On Sunday I checked into a new hostel in a very central area of Bangkok that is unbelievably massive and clean and yet still so cheap: only about $10 a night, which in Europe would get you a flea-ridden bed in a hellhole somewhere. I ventured out of the hostel to find some dinner and got approached by a random girl who not only happened to be staying at the same hostel as me, but also happens to be a GEPIK teacher on vacation from Korea as well. We're like mosquitoes, we're everywhere. So we joined forces and hunted down the most incredible Indian restaurant in the nearby Muslim district and gorged ourselves on naan, pappadums, lassi, about 8 different types of curry, and some masala tea. We shared a leisurely two-hour meal, good conversation, and then walked 30 minutes down Silom Road to the big gay club in Bangkok for a night of dancing and general fun. It was unexpected and a total blast, which is exactly why I love traveling alone. The random people you meet and stuff you do can never be predicted and are usually so much fun.

Sunday 23 January 2011

Stray Dogs and Full Moons

At long last, it arrived. The day I got to leave the freezing bitter cold behind, say "peace out" to my crappy little village, and leave on a loooong-anticipated 3-week adventure in Southeast Asia. About damn time.

Arriving in Thailand was pleasantly familiar and not at all a culture shock. I was slightly surprised, considering I'd only spent 5 days in Thailand before this trip, back in March 2004, almost 7 years ago now (!!), but I think it helps that Thailand is such a tourist-friendly country, possibly the most tourist-friendly on Earth. It is so incredibly easy to get around, and the Thai people are so incredibly kind and friendly... It is no wonder that people from all over the world flock to this place for a relaxing or exciting, reasonably affordable vacation. In my first week here, I've heard every possible language spoken around me (Thai and English naturally, but also Spanish, French, German, Italian, Finnish, Swedish, Russian, Korean, Chinese, Portuguese, Serbian, and others I completely failed to recognize). In fact, I've only met one or two other Americans on my entire trip. When I joined up with Kevin and David on Koh Samui, we did not meet a single American the whole time we were on the islands. Very unusual having been in Korea, where every foreigner seems to be from the US or Canada. Thailand is so global, it's wonderful.
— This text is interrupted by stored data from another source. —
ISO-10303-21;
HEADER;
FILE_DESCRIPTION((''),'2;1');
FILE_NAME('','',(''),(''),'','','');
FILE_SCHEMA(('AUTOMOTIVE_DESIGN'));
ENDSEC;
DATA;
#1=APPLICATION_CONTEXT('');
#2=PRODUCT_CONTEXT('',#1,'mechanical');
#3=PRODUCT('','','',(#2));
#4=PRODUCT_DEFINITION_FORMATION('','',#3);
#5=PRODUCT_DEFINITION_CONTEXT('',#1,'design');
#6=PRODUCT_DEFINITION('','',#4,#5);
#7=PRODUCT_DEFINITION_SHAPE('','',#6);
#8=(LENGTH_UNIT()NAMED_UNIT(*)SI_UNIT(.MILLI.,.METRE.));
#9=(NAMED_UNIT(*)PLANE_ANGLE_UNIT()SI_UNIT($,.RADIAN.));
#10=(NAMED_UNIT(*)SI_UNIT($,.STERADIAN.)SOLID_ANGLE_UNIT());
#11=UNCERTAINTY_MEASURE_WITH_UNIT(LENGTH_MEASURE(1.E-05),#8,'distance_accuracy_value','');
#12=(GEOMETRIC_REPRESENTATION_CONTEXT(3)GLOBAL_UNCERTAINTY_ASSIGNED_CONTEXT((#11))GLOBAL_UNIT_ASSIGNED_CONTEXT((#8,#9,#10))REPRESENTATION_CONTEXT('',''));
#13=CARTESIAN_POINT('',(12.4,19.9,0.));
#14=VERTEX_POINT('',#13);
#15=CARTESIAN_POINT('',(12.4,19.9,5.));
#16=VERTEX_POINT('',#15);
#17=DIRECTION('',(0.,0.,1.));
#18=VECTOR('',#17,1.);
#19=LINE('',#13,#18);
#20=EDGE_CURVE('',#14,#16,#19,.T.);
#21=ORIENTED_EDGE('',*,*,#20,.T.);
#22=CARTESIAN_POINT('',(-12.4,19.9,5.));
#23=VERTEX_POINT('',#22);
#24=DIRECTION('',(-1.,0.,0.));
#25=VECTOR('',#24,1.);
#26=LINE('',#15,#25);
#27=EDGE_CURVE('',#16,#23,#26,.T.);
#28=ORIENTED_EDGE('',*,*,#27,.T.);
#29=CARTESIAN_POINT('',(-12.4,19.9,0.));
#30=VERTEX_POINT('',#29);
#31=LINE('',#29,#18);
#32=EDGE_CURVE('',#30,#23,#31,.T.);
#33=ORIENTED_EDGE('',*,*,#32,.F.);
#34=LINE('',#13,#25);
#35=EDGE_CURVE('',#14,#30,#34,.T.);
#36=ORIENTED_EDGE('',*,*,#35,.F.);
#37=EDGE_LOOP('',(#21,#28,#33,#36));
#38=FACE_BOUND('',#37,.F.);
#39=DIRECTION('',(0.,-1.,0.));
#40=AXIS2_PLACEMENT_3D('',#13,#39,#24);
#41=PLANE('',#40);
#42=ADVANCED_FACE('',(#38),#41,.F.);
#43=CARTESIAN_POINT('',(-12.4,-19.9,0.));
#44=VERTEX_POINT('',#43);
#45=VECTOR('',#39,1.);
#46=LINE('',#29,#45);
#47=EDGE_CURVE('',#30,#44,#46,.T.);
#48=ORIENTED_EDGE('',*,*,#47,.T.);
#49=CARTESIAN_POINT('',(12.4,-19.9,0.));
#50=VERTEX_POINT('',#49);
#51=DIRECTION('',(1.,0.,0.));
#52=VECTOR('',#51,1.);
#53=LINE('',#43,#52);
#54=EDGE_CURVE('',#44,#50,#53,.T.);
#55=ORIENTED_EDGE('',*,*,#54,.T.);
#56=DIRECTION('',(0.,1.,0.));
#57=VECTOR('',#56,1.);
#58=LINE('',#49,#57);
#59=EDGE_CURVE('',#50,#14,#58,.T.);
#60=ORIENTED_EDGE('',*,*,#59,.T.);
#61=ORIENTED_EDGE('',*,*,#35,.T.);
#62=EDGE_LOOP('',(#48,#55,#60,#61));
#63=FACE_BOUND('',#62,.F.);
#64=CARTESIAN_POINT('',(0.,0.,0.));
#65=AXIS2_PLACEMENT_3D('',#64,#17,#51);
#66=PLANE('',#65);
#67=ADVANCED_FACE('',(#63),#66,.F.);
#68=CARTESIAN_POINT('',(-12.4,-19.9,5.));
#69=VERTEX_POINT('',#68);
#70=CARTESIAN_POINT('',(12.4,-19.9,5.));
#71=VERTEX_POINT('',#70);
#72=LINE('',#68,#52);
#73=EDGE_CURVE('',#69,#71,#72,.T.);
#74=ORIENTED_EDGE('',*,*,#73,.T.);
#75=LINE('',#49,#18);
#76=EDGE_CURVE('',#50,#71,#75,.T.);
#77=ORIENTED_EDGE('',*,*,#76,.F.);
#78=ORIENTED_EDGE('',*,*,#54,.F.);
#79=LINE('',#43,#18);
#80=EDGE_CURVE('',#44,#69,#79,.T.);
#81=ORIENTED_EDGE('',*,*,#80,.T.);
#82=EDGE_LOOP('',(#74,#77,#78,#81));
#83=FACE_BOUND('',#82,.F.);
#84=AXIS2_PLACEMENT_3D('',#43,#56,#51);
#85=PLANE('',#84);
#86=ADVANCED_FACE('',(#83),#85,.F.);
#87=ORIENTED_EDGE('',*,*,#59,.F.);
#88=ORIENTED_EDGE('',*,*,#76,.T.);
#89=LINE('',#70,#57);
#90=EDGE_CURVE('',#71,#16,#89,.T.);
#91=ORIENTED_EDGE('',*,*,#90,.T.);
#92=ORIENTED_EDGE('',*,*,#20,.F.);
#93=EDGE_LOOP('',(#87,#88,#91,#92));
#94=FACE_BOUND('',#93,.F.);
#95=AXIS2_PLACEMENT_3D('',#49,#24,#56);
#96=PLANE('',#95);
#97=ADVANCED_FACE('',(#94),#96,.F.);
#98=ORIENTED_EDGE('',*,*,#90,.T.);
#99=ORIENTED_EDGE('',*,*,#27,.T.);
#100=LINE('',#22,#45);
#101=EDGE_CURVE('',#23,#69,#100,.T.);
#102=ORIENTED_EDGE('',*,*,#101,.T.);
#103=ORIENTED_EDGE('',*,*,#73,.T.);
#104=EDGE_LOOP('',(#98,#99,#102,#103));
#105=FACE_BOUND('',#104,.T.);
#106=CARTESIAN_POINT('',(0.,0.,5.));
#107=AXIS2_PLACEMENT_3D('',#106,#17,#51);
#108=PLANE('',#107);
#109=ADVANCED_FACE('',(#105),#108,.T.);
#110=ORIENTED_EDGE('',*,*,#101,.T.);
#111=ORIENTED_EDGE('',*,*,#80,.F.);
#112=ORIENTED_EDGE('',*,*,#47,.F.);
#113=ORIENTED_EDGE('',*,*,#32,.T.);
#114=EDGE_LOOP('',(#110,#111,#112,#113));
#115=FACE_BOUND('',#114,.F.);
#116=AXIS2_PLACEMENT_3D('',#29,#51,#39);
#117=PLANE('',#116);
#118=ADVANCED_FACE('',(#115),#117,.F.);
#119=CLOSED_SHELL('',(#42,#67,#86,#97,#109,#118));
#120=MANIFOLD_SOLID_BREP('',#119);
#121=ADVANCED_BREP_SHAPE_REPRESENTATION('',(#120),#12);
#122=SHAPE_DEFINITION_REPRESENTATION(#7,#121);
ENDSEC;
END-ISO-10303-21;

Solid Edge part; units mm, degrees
sketch "Sketch1" plane through (0, 0, 0) normal (0, 0, 1) x (1, 0, 0)
  line L0 (-12.4, -19.9) -> (12.4, -19.9)
  line L1 (12.4, -19.9) -> (12.4, 19.9)
  line L2 (12.4, 19.9) -> (-12.4, 19.9)
  line L3 (-12.4, 19.9) -> (-12.4, -19.9)
  dimension "D1" = 24.8
  dimension "D2" = 39.8
extrude "Protrusion1" add sketch "Sketch1" along normal blind 5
Une tasse de café viennois
My first day I woke up in Seoul at 3.30 AM Thailand time and did not arrive at my destination in Bangkok for approximately 15 hours, after several buses, trains, and two planes connecting in Shanghai. Suffice to say I was exhausted when I finally met my Couch Surfing host that night and all I was really able to do was eat dinner before passing out. I honestly have never been that dizzy just from being tired (and at the tail end of a cold). My host, Sup, was a really nice Thai guy who is currently halfway through his residency to become an optometrist. He lives in a very nice studio apartment in Sukhumvit, the "nice, trendy" area of Bangkok. His culinary recommendations were outstanding. On Saturday night, he took me out to eat snail curry with beef salad, spicy chicken skewers, and shrimp balls in shrimp paste, topped off with bananas in syrup and coconut milk for dessert, and on Sunday morning we went to a famous creperie run by an actual Frenchman and gorged ourselves on the most incredible crepes and Viennese coffee. The food here is seriously heaven. I've only had one bad meal, and that was because I was on a train... otherwise, literally every meal has been superb. My most vivid memory of my first Thailand trip was how much I loved the food and I have certainly not been disappointed the second time around.